# kempo seniors



## marlon (Jun 7, 2008)

Who do you consider to be the respected seniors in kempo.?..not kenpo the Ed Parker branch but kempo of the Chow related arts that are not from GM Parker (as the seniors of AK are well known). This may be touchy for some but i would like to know the consensus on who our seniors are.  There are many many excellent teachers out there but respected seniors of this art has a different nuance to it.

respectfully,
Marlon


----------



## Twin Fist (Jun 7, 2008)

Ralph Castro
Sijo Emperaldo
GM Kuoha


----------



## John Bishop (Jun 7, 2008)

Ike Kaawa
Freddy Lara
Masaichi Oshiro
Brother Abe Kamahoahoa (d)
Bill Chun Sr.  (d)
Bill Chun Jr.
Sam Kuoha
Ralph Castro
Boss Castro
Rick Alemany
Carlos Navarro
Nick Cerio (d)
Adriano Emperado (formerly kenpo)


----------



## Kempojujutsu (Jun 7, 2008)

Seiyu Oyata. He's not from chow lineage at all. I would consider him one of the best in all styles of Kempo arts.


----------



## Mark L (Jun 7, 2008)

Marlon,
I don't mean to derail your thread, but it doesn't really matter.  I've been with my current instructor for 10 years, we've both been practicing for quite a while, and there's still quite a few things he knows that I don't.  That makes him the most important senior to me.


----------



## Mr.NGMA (Jun 7, 2008)

I am going to say Soke Thomas Mitose.

He has done alot since his father's passing over 26 years ago.


----------



## marlon (Jun 15, 2008)

I would add Prof. Ingargiola, GM Villari's first 9th. degree, Master Fritz, and / or Mark Grupposo (sp?) , Prof.Kimo to the other names mentioned.  One could make an arguement easily for Joe Shuras  and Cal Carozzi in this category... and probably more...

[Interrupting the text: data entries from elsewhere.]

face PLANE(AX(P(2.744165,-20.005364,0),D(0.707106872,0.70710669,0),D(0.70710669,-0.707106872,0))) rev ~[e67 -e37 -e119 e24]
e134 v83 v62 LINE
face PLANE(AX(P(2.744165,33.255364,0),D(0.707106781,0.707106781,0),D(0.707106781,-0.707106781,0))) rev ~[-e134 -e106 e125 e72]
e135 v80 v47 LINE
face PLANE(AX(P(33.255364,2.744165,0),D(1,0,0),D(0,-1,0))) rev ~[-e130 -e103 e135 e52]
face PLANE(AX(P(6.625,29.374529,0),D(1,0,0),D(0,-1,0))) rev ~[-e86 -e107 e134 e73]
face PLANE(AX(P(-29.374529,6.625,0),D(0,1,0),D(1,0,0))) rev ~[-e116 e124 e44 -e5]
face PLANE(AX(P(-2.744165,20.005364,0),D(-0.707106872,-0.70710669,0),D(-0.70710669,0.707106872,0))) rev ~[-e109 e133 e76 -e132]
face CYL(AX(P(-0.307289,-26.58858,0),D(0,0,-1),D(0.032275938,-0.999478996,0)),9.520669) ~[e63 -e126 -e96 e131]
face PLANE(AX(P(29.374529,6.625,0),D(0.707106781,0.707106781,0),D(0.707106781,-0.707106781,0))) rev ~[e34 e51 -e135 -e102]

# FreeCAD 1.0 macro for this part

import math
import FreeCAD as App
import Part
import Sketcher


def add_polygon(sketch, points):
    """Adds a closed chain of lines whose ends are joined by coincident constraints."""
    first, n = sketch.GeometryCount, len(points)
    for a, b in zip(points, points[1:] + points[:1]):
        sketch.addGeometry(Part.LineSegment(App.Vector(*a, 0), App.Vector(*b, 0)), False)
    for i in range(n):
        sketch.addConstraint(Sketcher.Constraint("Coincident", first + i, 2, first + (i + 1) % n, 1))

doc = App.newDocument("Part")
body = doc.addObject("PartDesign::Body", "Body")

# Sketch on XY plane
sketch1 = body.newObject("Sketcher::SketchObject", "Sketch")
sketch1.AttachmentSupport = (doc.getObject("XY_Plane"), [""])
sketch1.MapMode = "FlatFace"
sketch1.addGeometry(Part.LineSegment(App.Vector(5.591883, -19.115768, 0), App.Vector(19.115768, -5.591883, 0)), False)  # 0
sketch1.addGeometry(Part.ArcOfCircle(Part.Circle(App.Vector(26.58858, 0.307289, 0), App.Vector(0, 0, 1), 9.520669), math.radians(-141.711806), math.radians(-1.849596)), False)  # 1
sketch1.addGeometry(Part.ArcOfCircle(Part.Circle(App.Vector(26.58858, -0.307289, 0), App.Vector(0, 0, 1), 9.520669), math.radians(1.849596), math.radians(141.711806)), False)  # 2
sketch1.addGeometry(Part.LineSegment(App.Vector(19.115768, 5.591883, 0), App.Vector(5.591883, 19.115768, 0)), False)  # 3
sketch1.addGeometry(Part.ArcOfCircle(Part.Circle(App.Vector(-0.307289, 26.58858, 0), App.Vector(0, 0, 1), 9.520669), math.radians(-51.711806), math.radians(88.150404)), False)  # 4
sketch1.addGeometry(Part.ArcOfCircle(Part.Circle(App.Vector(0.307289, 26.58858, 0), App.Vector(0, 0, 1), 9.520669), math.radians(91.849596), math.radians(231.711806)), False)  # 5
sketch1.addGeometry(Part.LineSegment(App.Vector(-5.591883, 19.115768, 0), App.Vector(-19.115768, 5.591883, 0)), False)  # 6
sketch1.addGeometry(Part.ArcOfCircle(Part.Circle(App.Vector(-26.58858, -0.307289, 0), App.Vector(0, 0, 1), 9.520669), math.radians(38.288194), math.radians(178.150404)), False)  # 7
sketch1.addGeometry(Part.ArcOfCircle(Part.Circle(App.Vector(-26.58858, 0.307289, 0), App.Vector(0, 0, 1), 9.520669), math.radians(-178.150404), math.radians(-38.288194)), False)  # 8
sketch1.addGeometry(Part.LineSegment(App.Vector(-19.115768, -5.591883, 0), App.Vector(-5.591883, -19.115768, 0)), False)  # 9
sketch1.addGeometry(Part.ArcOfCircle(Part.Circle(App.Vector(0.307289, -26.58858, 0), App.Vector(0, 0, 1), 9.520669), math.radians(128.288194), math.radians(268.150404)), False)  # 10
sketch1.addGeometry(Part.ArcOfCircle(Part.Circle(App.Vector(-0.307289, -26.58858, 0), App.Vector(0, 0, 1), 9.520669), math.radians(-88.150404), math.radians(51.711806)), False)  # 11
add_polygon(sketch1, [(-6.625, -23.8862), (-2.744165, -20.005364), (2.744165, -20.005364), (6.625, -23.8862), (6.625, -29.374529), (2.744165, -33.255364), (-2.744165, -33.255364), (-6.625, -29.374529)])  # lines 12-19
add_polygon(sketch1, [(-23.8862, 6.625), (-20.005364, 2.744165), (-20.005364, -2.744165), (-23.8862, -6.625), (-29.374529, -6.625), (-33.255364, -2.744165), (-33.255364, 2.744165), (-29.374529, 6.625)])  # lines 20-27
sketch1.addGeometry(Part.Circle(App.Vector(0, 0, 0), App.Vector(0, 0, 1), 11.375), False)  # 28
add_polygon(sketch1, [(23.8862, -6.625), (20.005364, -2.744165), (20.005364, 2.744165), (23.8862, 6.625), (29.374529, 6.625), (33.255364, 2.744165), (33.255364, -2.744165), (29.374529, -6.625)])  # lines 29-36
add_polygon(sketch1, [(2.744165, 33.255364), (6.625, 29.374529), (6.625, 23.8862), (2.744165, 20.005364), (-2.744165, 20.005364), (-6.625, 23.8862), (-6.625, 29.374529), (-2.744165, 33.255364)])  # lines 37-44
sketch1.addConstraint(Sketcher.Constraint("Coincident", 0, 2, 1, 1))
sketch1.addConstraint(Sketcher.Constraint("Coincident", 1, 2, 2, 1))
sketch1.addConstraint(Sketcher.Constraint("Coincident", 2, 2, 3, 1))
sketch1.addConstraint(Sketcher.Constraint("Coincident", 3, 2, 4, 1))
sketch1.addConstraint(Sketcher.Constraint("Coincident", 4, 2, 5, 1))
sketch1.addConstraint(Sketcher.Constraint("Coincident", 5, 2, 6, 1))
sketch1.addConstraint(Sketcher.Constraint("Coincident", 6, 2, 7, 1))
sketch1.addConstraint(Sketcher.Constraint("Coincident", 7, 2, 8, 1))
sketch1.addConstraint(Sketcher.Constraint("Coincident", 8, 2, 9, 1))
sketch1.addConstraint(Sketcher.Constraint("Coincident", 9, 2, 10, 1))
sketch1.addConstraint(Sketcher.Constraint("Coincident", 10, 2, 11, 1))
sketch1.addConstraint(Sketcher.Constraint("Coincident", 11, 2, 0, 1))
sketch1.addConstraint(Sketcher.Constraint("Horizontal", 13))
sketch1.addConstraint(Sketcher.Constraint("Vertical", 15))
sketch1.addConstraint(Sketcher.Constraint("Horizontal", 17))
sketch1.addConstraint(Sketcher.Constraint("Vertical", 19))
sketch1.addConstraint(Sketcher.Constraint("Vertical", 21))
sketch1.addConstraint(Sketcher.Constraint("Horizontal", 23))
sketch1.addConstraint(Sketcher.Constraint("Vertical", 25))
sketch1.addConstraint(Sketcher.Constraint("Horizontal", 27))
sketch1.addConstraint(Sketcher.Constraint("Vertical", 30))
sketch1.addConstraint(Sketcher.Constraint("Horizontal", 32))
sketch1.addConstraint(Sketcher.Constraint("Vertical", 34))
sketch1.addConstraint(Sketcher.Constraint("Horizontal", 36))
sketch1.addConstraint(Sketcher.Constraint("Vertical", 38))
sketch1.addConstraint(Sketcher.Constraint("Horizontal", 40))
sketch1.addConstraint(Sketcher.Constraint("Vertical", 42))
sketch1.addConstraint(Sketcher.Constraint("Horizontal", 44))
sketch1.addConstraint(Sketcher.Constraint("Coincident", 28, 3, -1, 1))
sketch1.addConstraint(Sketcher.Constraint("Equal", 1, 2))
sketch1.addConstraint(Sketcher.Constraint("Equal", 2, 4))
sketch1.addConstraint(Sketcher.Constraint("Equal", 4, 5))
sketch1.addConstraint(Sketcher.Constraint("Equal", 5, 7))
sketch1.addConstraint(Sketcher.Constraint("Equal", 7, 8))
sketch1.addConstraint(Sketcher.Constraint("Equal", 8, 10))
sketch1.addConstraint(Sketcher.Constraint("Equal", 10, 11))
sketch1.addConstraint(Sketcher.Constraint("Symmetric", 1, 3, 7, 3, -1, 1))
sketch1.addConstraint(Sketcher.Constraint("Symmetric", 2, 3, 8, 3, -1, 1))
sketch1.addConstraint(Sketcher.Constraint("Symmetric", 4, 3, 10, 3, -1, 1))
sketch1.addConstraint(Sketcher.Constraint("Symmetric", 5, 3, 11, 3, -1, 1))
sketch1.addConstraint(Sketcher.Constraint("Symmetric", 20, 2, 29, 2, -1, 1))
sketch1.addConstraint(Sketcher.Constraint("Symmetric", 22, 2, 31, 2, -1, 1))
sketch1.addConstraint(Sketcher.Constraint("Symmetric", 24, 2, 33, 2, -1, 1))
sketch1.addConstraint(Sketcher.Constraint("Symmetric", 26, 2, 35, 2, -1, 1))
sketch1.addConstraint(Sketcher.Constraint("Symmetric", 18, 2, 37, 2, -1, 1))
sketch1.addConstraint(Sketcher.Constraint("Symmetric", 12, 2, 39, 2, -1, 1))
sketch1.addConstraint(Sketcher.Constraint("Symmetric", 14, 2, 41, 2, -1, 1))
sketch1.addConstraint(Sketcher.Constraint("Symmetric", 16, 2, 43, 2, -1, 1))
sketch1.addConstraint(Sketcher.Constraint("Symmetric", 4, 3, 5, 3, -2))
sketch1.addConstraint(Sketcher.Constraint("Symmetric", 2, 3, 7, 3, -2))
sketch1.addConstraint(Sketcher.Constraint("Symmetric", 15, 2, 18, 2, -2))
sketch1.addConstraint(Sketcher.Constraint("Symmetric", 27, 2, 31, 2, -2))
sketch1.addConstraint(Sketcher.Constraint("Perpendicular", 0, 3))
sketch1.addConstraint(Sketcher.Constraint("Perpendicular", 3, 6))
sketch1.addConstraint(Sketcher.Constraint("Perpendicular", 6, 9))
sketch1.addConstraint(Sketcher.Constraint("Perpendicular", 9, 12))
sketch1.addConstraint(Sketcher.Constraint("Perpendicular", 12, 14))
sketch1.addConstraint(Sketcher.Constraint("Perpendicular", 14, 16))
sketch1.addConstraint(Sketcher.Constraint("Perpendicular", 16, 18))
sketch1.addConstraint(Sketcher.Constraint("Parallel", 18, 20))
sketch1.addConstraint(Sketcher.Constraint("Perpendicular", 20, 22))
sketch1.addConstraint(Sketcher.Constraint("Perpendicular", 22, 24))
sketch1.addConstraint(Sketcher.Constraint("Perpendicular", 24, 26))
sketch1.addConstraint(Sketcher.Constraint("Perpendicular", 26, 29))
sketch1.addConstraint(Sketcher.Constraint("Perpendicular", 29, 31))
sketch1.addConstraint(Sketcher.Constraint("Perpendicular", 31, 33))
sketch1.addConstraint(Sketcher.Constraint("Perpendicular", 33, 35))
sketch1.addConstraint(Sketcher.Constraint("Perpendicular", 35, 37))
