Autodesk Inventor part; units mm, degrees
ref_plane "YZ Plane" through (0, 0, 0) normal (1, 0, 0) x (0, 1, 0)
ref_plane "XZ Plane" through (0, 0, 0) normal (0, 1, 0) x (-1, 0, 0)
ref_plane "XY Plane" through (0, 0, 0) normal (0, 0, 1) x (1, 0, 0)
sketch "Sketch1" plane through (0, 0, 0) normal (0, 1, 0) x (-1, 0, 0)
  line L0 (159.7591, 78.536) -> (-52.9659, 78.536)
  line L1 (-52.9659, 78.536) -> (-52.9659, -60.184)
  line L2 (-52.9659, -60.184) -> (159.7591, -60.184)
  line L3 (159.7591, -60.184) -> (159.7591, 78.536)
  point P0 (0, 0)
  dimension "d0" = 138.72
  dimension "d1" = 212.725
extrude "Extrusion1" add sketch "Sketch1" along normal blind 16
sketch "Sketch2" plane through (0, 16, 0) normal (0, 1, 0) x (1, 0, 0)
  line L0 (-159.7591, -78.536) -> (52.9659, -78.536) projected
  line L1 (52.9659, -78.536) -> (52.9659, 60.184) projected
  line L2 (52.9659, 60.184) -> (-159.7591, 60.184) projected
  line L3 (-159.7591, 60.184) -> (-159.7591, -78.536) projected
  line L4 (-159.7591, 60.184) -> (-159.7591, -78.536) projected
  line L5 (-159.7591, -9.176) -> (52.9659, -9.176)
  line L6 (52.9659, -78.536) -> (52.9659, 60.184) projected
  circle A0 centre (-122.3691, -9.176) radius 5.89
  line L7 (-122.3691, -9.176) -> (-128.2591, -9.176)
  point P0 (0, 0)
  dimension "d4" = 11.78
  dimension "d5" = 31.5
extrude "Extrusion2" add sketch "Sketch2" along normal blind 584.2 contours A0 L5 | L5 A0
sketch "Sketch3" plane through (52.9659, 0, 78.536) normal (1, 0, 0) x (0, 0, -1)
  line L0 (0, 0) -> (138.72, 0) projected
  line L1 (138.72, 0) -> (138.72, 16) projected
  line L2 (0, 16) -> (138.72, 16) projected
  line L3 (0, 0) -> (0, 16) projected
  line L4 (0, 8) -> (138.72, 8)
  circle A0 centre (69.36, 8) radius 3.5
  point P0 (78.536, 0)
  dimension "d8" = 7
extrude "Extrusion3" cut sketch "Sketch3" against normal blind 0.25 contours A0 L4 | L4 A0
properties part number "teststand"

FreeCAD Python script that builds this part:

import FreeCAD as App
import Part
import Sketcher
Q = App.Units.Quantity

doc = App.newDocument("Part")
body = doc.addObject("PartDesign::Body", "Body")

# Sketch on XZ plane
sketch1 = body.newObject("Sketcher::SketchObject", "Sketch")
sketch1.AttachmentSupport = (doc.getObject("XZ_Plane"), [""])
sketch1.MapMode = "FlatFace"
sketch1.addGeometry([
    Part.LineSegment(App.Vector(-160, -60, 0), App.Vector(-160, 79, 0)),
    Part.LineSegment(App.Vector(-160, 79, 0), App.Vector(53, 79, 0)),
    Part.LineSegment(App.Vector(53, 79, 0), App.Vector(53, -60, 0)),
    Part.LineSegment(App.Vector(53, -60, 0), App.Vector(-160, -60, 0)),
], False)
sketch1.addConstraint([
    Sketcher.Constraint("Coincident", 0, 2, 1, 1),
    Sketcher.Constraint("Coincident", 1, 2, 2, 1),
    Sketcher.Constraint("Coincident", 2, 2, 3, 1),
    Sketcher.Constraint("Coincident", 3, 2, 0, 1),
    Sketcher.Constraint("Vertical", 0),
    Sketcher.Constraint("Horizontal", 1),
    Sketcher.Constraint("Vertical", 2),
    Sketcher.Constraint("Horizontal", 3),
    Sketcher.Constraint("DistanceX", 1, 1, 1, 2, Q("8.375 in")),
    Sketcher.Constraint("DistanceY", 0, 1, 0, 2, 138.72),
    Sketcher.Constraint("DistanceX", 0, 2, -1, 1, 159.759),
    Sketcher.Constraint("DistanceY", -1, 1, 0, 2, 78.536),
])
pad1 = body.newObject("PartDesign::Pad", "Pad")
pad1.Profile = sketch1
pad1.Length = 16
pad1.Reversed = True

# Sketch on XZ plane
sketch2 = body.newObject("Sketcher::SketchObject", "Sketch001")
sketch2.AttachmentSupport = (doc.getObject("XZ_Plane"), [""])
sketch2.MapMode = "FlatFace"
sketch2.AttachmentOffset = App.Placement(App.Vector(0, 0, -16), App.Rotation())
sketch2.addGeometry(Part.Circle(App.Vector(-122, 9, 0), App.Vector(0, 0, 1), 6), False)
sketch2.addConstraint([
    Sketcher.Constraint("Diameter", 0, 11.78),
    Sketcher.Constraint("DistanceX", 0, 3, -1, 1, 122.369),
    Sketcher.Constraint("DistanceY", -1, 1, 0, 3, 9.176),
])
pad2 = body.newObject("PartDesign::Pad", "Pad001")
pad2.Profile = sketch2
pad2.Length = Q("23 in")
pad2.Reversed = True

# Sketch on YZ plane
sketch3 = body.newObject("Sketcher::SketchObject", "Sketch002")
sketch3.AttachmentSupport = (doc.getObject("YZ_Plane"), [""])
sketch3.MapMode = "FlatFace"
sketch3.AttachmentOffset = App.Placement(App.Vector(0, 0, 52.9659), App.Rotation())
sketch3.addGeometry(Part.Circle(App.Vector(8, 9.2, 0), App.Vector(0, 0, 1), 3.5), False)
sketch3.addConstraint([
    Sketcher.Constraint("Diameter", 0, Q("0.2756 in")),
    Sketcher.Constraint("DistanceX", -1, 1, 0, 3, 8.0),
    Sketcher.Constraint("DistanceY", -1, 1, 0, 3, 9.176),
])
pocket1 = body.newObject("PartDesign::Pocket", "Pocket")
pocket1.Profile = sketch3
pocket1.Length = 0.25

doc.recompute()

Perhaps a concenus could be made with this list and MT could invite the agreed upon seniors to participate in a kempo / sk seniors corner.  Any thouhgts?

Respectfully,
Marlon
p.s. I left out GM Villari as there is a huge amount of controversy around him and skk and i think things would just deteriorate into something ugly and unproductive.


----------



## marlon (Jun 15, 2008)

Mark L said:


> Marlon,
> I don't mean to derail your thread, but it doesn't really matter. I've been with my current instructor for 10 years, we've both been practicing for quite a while, and there's still quite a few things he knows that I don't. That makes him the most important senior to me.


 

Not a problem Mark.  My instructor is waaay ahead of me and i have plenty to learn from him for many years to come.  However, MT, to my thinling, is a good place for discussion and to be able to have some of these other seniors respond and participate in some of the discussions would be great.  Not to be some sort of 'final authority' but to bring thier history, knowledge..and stories to us, would be a great addition to what we do hre, imho.

Marlon


----------



## ackks10 (Jun 15, 2008)

check this out   http://museum.hikari.us/books/index50.html if you go down you will fine something from Kimo


----------



## marlon (Jun 15, 2008)

ackks10 said:


> check this out http://museum.hikari.us/books/index50.html if you go down you will fine something from Kimo


 
thanks for the link.  the book was donated by Prof.Kimo...i was hoping for one written by him...

respectfully,
Marlon


----------



## ackks10 (Jun 15, 2008)

marlon said:


> thanks for the link.  the book was donated by Prof.Kimo...i was hoping for one written by him...
> 
> respectfully,
> Marlon



anytime, thats what us seniors are here for:asian:


----------



## kosho (Jun 18, 2008)

I would say there are many but To pick just 1 person that would be hard to do. So over all the 1 I would say would be.

Bruce Juchnik


----------



## youngbraveheart (Aug 31, 2012)

In my training, there are two blackbelts that are my seniors. Then comes my teacher, his father, and then Great Grandmaster Chow.


----------



## LawDog (Aug 31, 2012)

Respected.
If you are liked and / or are popular you will be respected and will be thus listed.
If you are disliked and / or are unpopular, no matter how good you are or were you will not usually make the list.
Just going by what I have read on various forums / books and have been told by others face to face.
There are a few good ones that I knew out here in New England that were not popular but were excellant martial arts fighters, Kenpo Joe knows of whom I am speaking, and they are seldem mentioned.
As for me I think the GM Pesare, Gm Cerio are the ones that deserve to be on the list. Third and forth generations after these 2 men have not been in the arts long enough to make this list. It is well known that I do not get along with one of those men but he still gets my respect and my vote to be listed.
Nothing personal towards anyone just my honest point of view.
Al C.


----------



## youngbraveheart (Aug 31, 2012)

youngbraveheart said:


> In my training, there are two blackbelts that are my seniors. Then comes my teacher, his father, and then Great Grandmaster Chow.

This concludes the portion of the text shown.